What the exercise asks: Repeat exactly the lines from the start of the entries below through the line containing "Line((30.124466094, -7.785533906), (37.91, 0))". Omit the rest.

Provided information:
•••

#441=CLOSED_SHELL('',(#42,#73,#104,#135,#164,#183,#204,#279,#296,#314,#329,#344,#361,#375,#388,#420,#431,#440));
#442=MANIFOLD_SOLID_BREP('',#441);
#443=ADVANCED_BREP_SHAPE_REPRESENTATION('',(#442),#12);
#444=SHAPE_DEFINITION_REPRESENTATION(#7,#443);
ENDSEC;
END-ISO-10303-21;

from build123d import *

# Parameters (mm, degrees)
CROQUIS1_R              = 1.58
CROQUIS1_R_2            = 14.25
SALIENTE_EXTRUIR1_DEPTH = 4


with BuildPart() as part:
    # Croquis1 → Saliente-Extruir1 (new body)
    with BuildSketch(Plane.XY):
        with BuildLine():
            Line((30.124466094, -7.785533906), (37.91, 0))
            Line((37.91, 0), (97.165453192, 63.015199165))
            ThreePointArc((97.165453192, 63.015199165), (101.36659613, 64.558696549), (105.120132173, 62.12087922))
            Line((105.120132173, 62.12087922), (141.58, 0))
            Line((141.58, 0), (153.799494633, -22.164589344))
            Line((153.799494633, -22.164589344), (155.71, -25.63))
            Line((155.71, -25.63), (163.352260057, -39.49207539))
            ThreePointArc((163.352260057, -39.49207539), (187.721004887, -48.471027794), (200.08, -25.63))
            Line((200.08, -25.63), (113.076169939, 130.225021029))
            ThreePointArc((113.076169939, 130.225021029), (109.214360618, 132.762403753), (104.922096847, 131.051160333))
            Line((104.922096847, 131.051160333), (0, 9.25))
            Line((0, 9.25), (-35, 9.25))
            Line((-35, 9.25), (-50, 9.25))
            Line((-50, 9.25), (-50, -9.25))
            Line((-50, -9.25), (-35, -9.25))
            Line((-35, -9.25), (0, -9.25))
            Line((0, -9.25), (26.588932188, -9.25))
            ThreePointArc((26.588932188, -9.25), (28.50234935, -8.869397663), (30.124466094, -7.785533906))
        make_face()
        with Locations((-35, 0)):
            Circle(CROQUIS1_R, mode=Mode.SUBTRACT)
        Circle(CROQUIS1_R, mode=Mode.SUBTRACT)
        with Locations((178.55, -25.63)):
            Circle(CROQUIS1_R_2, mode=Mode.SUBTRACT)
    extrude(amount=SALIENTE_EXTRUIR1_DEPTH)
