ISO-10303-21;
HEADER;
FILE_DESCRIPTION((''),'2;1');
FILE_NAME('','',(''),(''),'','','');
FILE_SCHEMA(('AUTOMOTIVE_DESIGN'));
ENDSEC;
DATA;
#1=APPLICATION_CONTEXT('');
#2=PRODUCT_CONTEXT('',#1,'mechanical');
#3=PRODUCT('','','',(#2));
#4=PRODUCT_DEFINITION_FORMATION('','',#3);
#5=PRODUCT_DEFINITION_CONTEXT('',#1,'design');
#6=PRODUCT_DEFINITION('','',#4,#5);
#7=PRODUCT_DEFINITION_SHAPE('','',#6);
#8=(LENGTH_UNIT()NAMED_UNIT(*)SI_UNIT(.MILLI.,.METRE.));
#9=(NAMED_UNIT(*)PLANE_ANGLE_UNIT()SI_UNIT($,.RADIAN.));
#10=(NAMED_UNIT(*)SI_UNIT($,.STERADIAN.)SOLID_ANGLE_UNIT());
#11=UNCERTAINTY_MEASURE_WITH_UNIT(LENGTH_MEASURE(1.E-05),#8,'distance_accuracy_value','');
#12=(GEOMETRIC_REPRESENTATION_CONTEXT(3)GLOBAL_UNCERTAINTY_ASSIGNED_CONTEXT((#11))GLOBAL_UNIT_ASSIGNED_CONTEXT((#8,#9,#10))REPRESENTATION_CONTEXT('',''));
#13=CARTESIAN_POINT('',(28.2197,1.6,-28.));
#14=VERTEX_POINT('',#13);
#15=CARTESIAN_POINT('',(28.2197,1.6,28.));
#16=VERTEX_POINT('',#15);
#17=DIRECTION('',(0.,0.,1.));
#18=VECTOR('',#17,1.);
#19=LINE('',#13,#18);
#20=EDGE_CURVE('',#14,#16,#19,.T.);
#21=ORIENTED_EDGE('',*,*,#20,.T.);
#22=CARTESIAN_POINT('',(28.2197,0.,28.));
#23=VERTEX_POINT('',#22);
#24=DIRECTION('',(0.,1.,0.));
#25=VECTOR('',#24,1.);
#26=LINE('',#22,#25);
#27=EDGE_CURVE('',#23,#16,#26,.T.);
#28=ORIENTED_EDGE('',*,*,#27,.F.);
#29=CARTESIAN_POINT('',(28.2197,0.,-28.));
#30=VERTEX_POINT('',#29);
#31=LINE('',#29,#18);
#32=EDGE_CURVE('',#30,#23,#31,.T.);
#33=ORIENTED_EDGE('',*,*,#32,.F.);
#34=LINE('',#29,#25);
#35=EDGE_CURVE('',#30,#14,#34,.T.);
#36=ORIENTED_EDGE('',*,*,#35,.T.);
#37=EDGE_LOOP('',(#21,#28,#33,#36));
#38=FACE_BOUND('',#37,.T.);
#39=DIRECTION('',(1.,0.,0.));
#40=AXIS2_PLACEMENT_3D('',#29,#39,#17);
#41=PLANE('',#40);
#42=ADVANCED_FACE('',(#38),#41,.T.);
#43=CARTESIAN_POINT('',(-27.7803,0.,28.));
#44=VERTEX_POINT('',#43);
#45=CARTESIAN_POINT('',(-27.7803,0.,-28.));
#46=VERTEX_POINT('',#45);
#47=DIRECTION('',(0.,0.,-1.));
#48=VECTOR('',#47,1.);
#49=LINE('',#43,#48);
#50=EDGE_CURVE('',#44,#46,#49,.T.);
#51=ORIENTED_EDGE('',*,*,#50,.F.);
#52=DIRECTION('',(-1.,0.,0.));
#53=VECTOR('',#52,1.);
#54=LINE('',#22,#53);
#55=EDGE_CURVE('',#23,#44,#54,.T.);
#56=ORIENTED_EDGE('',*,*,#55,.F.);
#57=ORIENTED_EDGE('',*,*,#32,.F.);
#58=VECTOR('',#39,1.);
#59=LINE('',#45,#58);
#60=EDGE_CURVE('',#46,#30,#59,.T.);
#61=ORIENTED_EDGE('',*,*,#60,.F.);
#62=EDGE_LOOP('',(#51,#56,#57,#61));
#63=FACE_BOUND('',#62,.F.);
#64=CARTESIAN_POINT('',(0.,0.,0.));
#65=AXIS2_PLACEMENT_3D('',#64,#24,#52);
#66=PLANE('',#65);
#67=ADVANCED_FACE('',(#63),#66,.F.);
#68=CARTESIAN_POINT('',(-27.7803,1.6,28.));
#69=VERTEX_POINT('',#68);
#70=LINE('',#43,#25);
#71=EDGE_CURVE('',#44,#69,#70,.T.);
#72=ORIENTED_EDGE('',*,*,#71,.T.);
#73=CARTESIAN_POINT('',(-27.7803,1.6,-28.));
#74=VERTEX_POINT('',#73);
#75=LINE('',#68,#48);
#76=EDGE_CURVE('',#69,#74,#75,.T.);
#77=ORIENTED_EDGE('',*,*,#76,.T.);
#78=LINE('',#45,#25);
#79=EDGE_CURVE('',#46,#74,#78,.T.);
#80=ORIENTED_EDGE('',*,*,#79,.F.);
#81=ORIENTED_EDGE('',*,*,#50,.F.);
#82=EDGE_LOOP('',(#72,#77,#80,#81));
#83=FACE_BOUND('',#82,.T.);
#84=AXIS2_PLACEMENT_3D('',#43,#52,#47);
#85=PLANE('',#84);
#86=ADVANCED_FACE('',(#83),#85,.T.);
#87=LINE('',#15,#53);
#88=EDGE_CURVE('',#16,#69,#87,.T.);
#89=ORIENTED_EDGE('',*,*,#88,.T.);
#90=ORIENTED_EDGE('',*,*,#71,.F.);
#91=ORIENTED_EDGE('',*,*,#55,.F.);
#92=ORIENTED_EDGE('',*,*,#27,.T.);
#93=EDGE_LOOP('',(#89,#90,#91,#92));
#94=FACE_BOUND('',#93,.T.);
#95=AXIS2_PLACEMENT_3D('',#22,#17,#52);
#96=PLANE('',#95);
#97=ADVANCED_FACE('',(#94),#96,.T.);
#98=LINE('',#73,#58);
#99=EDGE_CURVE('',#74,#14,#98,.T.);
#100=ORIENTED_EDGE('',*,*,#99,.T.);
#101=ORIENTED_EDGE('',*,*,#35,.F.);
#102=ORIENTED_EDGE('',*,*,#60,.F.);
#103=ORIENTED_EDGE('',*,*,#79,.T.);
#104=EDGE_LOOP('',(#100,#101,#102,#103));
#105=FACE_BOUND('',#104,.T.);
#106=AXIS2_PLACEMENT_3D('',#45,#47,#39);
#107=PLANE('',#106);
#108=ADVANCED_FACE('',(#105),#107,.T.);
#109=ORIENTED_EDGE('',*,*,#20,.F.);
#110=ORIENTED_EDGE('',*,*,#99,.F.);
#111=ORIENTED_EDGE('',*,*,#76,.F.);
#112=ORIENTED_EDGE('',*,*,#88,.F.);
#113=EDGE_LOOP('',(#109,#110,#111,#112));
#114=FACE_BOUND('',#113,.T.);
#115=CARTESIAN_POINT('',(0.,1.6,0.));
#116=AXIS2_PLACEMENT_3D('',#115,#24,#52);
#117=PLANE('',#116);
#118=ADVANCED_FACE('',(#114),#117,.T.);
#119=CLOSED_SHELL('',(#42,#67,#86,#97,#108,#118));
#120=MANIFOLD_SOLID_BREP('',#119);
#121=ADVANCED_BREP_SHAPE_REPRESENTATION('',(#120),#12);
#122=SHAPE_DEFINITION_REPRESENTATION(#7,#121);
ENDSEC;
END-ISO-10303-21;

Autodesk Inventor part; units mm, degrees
ref_plane "YZ Plane" through (0, 0, 0) normal (1, 0, 0) x (0, 1, 0)
ref_plane "XZ Plane" through (0, 0, 0) normal (0, 1, 0) x (-1, 0, 0)
ref_plane "XY Plane" through (0, 0, 0) normal (0, 0, 1) x (1, 0, 0)
sketch "Sketch1" plane through (0, 0, 0) normal (0, 1, 0) x (-1, 0, 0)
  line L0 (-28.2197, 28) -> (27.7803, 28)
  line L1 (27.7803, 28) -> (27.7803, -28)
  line L2 (27.7803, -28) -> (-28.2197, -28)
  line L3 (-28.2197, -28) -> (-28.2197, 28)
  line L4 (-28.2197, 28) -> (27.7803, -28) construction
  line L5 (27.7803, 28) -> (-28.2197, -28) construction
  point P0 (0, 0)
  point P1 (-0.2197, 0)
  dimension "d0" = 56
  dimension "d1" = 56
extrude "Extrusion1" add sketch "Sketch1" along normal blind 1.6
properties part number "Base Plate"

•••

Result of the task:
#441=CLOSED_SHELL('',(#42,#73,#104,#135,#164,#183,#204,#279,#296,#314,#329,#344,#361,#375,#388,#420,#431,#440));
#442=MANIFOLD_SOLID_BREP('',#441);
#443=ADVANCED_BREP_SHAPE_REPRESENTATION('',(#442),#12);
#444=SHAPE_DEFINITION_REPRESENTATION(#7,#443);
ENDSEC;
END-ISO-10303-21;

from build123d import *

# Parameters (mm, degrees)
CROQUIS1_R              = 1.58
CROQUIS1_R_2            = 14.25
SALIENTE_EXTRUIR1_DEPTH = 4


with BuildPart() as part:
    # Croquis1 → Saliente-Extruir1 (new body)
    with BuildSketch(Plane.XY):
        with BuildLine():
            Line((30.124466094, -7.785533906), (37.91, 0))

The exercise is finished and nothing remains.